- _WORK TO COMPLETE_
Lines with "SUBTRACT": copy each one from the listing below.

RECORDS FOR THIS TASK START

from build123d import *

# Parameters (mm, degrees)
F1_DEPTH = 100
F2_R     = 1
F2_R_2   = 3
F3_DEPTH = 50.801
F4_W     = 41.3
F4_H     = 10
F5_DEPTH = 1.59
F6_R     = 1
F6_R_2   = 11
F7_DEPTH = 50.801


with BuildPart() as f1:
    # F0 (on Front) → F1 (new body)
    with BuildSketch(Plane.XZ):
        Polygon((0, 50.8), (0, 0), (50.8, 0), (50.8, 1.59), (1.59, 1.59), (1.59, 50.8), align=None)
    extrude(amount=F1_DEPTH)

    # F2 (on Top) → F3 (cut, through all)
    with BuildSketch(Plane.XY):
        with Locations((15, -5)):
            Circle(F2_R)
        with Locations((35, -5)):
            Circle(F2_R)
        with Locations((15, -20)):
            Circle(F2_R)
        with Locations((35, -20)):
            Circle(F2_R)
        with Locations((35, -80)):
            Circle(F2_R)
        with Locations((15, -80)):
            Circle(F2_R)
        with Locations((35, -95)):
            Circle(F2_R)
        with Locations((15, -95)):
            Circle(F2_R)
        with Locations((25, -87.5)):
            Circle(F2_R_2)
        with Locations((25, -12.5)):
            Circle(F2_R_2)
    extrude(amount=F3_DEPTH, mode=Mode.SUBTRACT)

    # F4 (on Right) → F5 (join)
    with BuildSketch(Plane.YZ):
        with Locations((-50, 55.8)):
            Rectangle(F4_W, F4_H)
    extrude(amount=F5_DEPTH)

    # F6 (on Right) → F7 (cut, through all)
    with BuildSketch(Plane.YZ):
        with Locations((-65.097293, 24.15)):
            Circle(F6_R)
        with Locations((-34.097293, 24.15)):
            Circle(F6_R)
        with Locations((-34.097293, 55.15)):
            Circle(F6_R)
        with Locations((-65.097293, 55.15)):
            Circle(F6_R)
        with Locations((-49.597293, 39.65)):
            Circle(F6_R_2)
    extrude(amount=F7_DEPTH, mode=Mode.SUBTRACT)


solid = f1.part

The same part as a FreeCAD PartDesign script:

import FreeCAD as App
import Part
import Sketcher

V = App.Vector


def add_polygon(sketch, points):
    """Adds a closed chain of lines whose ends are joined by coincident constraints."""
    first, n = sketch.GeometryCount, len(points)
    for a, b in zip(points, points[1:] + points[:1]):
        sketch.addGeometry(Part.LineSegment(App.Vector(*a, 0), App.Vector(*b, 0)), False)
    for i in range(n):
        sketch.addConstraint(Sketcher.Constraint("Coincident", first + i, 2, first + (i + 1) % n, 1))

doc = App.newDocument("Part")
params = doc.addObject("Spreadsheet::Sheet", "Params")
for row, (alias, value) in enumerate([
    ("sketch1_width", "50.8 mm"),
    ("sketch1_width2", "49.21 mm"),
    ("pad1_length", "100 mm"),
    ("sketch2_diameter", "2 mm"),
    ("sketch2_diameter2", "6 mm"),
    ("sketch3_height", "10 mm"),
    ("sketch3_width", "41.3 mm"),
    ("pad2_length", "1.59 mm"),
    ("sketch4_diameter", "2 mm"),
    ("sketch4_diameter2", "22 mm"),
], start=1):
    params.set(f"A{row}", alias)
    params.set(f"B{row}", "=" + value)
    params.setAlias(f"B{row}", alias)

body = doc.addObject("PartDesign::Body", "Body")

sketch1 = body.newObject("Sketcher::SketchObject", "Sketch")
sketch1.AttachmentSupport = (doc.getObject("XZ_Plane"), [""])
sketch1.MapMode = "FlatFace"
add_polygon(sketch1, [(0, 50.8), (0, 0), (50.8, 0), (50.8, 1.59), (1.59, 1.59), (1.59, 50.8)])
sketch1.addConstraint([
    Sketcher.Constraint("Vertical", 0),
    Sketcher.Constraint("Horizontal", 1),
    Sketcher.Constraint("Vertical", 2),
    Sketcher.Constraint("Horizontal", 3),
    Sketcher.Constraint("Vertical", 4),
    Sketcher.Constraint("Horizontal", 5),
    Sketcher.Constraint("Coincident", 0, 2, -1, 1),
    Sketcher.Constraint("Equal", 1, 0),
    Sketcher.Constraint("Equal", 5, 2),
    Sketcher.Constraint("DistanceX", 1, 1, 1, 2, 50.8),
    Sketcher.Constraint("DistanceX", 3, 2, 3, 1, 49.21),
])
sketch1.setExpression("Constraints[15]", "Params.sketch1_width")
sketch1.setExpression("Constraints[16]", "Params.sketch1_width2")
pad1 = body.newObject("PartDesign::Pad", "Pad")
pad1.Profile = sketch1
pad1.setExpression("Length", "Params.pad1_length")

sketch2 = body.newObject("Sketcher::SketchObject", "Sketch001")
sketch2.AttachmentSupport = (doc.getObject("XY_Plane"), [""])
sketch2.MapMode = "FlatFace"
sketch2.addGeometry([
    Part.Circle(V(15, -5, 0), V(0, 0, 1), 1),
    Part.Circle(V(35, -5, 0), V(0, 0, 1), 1),
    Part.Circle(V(15, -20, 0), V(0, 0, 1), 1),
    Part.Circle(V(35, -20, 0), V(0, 0, 1), 1),
    Part.Circle(V(35, -80, 0), V(0, 0, 1), 1),
    Part.Circle(V(15, -80, 0), V(0, 0, 1), 1),
    Part.Circle(V(35, -95, 0), V(0, 0, 1), 1),
    Part.Circle(V(15, -95, 0), V(0, 0, 1), 1),
    Part.Circle(V(25, -87.5, 0), V(0, 0, 1), 3),
    Part.Circle(V(25, -12.5, 0), V(0, 0, 1), 3),
], False)
sketch2.addConstraint([
    Sketcher.Constraint("Equal", 0, 1),
    Sketcher.Constraint("Equal", 1, 2),
    Sketcher.Constraint("Equal", 2, 3),
    Sketcher.Constraint("Equal", 3, 4),
    Sketcher.Constraint("Equal", 4, 5),
    Sketcher.Constraint("Equal", 5, 6),
    Sketcher.Constraint("Equal", 6, 7),
    Sketcher.Constraint("Equal", 8, 9),
    Sketcher.Constraint("Horizontal", 0, 3, 1, 3),
    Sketcher.Constraint("Horizontal", 2, 3, 3, 3),
    Sketcher.Constraint("Horizontal", 4, 3, 5, 3),
    Sketcher.Constraint("Horizontal", 6, 3, 7, 3),
    Sketcher.Constraint("Vertical", 0, 3, 2, 3),
    Sketcher.Constraint("Vertical", 1, 3, 3, 3),
    Sketcher.Constraint("Vertical", 3, 3, 4, 3),
    Sketcher.Constraint("Vertical", 2, 3, 5, 3),
    Sketcher.Constraint("Vertical", 4, 3, 6, 3),
    Sketcher.Constraint("Vertical", 5, 3, 7, 3),
    Sketcher.Constraint("Vertical", 8, 3, 9, 3),
    Sketcher.Constraint("Diameter", 0, 2.0),
    Sketcher.Constraint("Diameter", 8, 6.0),
    Sketcher.Constraint("DistanceX", -1, 1, 0, 3, 15.0),
    Sketcher.Constraint("DistanceY", 0, 3, -1, 1, 5.0),
    Sketcher.Constraint("DistanceX", -1, 1, 1, 3, 35.0),
    Sketcher.Constraint("DistanceY", 2, 3, -1, 1, 20.0),
    Sketcher.Constraint("DistanceY", 4, 3, -1, 1, 80.0),
    Sketcher.Constraint("DistanceY", 6, 3, -1, 1, 95.0),
    Sketcher.Constraint("DistanceX", -1, 1, 8, 3, 25.0),
    Sketcher.Constraint("DistanceY", 8, 3, -1, 1, 87.5),
    Sketcher.Constraint("DistanceY", 9, 3, -1, 1, 12.5),
])
sketch2.setExpression("Constraints[19]", "Params.sketch2_diameter")
sketch2.setExpression("Constraints[20]", "Params.sketch2_diameter2")
pocket1 = body.newObject("PartDesign::Pocket", "Pocket")
pocket1.Profile = sketch2
pocket1.Type = "ThroughAll"
pocket1.Reversed = True

sketch3 = body.newObject("Sketcher::SketchObject", "Sketch002")
sketch3.AttachmentSupport = (doc.getObject("YZ_Plane"), [""])
sketch3.MapMode = "FlatFace"
add_polygon(sketch3, [(-70.65, 60.8), (-70.65, 50.8), (-29.35, 50.8), (-29.35, 60.8)])
sketch3.addConstraint([
    Sketcher.Constraint("Vertical", 0),
    Sketcher.Constraint("Horizontal", 1),
    Sketcher.Constraint("Vertical", 2),
    Sketcher.Constraint("Horizontal", 3),
    Sketcher.Constraint("DistanceY", 0, 2, 0, 1, 10.0),
    Sketcher.Constraint("DistanceX", 1, 1, 1, 2, 41.3),
    Sketcher.Constraint("DistanceY", -1, 1, 0, 2, 50.8),
    Sketcher.Constraint("DistanceX", 0, 2, -1, 1, 70.65),
])
sketch3.setExpression("Constraints[8]", "Params.sketch3_height")
sketch3.setExpression("Constraints[9]", "Params.sketch3_width")
pad2 = body.newObject("PartDesign::Pad", "Pad001")
pad2.Profile = sketch3
pad2.setExpression("Length", "Params.pad2_length")

sketch4 = body.newObject("Sketcher::SketchObject", "Sketch003")
sketch4.AttachmentSupport = (doc.getObject("YZ_Plane"), [""])
sketch4.MapMode = "FlatFace"
sketch4.addGeometry([
    Part.Circle(V(-65.097293, 24.15, 0), V(0, 0, 1), 1),
    Part.Circle(V(-34.097293, 24.15, 0), V(0, 0, 1), 1),
    Part.Circle(V(-34.097293, 55.15, 0), V(0, 0, 1), 1),
    Part.Circle(V(-65.097293, 55.15, 0), V(0, 0, 1), 1),
    Part.Circle(V(-49.597293, 39.65, 0), V(0, 0, 1), 11),
], False)
sketch4.addConstraint([
    Sketcher.Constraint("Equal", 0, 1),
    Sketcher.Constraint("Equal", 1, 2),
    Sketcher.Constraint("Equal", 2, 3),
    Sketcher.Constraint("Horizontal", 0, 3, 1, 3),
    Sketcher.Constraint("Horizontal", 2, 3, 3, 3),
    Sketcher.Constraint("Vertical", 1, 3, 2, 3),
    Sketcher.Constraint("Vertical", 0, 3, 3, 3),
    Sketcher.Constraint("Diameter", 0, 2.0),
    Sketcher.Constraint("Diameter", 4, 22.0),
    Sketcher.Constraint("DistanceX", 0, 3, 1, 3, 31.0),
    Sketcher.Constraint("DistanceY", 1, 3, 2, 3, 31.0),
    Sketcher.Constraint("DistanceX", 0, 3, 4, 3, 15.5),
    Sketcher.Constraint("DistanceY", 0, 3, 4, 3, 15.5),
    Sketcher.Constraint("DistanceY", -1, 1, 0, 3, 24.15),
    Sketcher.Constraint("DistanceX", 0, 3, -1, 1, 65.097293),
])
sketch4.setExpression("Constraints[7]", "Params.sketch4_diameter")
sketch4.setExpression("Constraints[8]", "Params.sketch4_diameter2")
pocket2 = body.newObject("PartDesign::Pocket", "Pocket001")
pocket2.Profile = sketch4
pocket2.Type = "ThroughAll"
pocket2.Reversed = True

doc.recompute()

RECORDS FOR THIS TASK END

- _THE COMPLETED TASK_
    extrude(amount=F3_DEPTH, mode=Mode.SUBTRACT)
    extrude(amount=F7_DEPTH, mode=Mode.SUBTRACT)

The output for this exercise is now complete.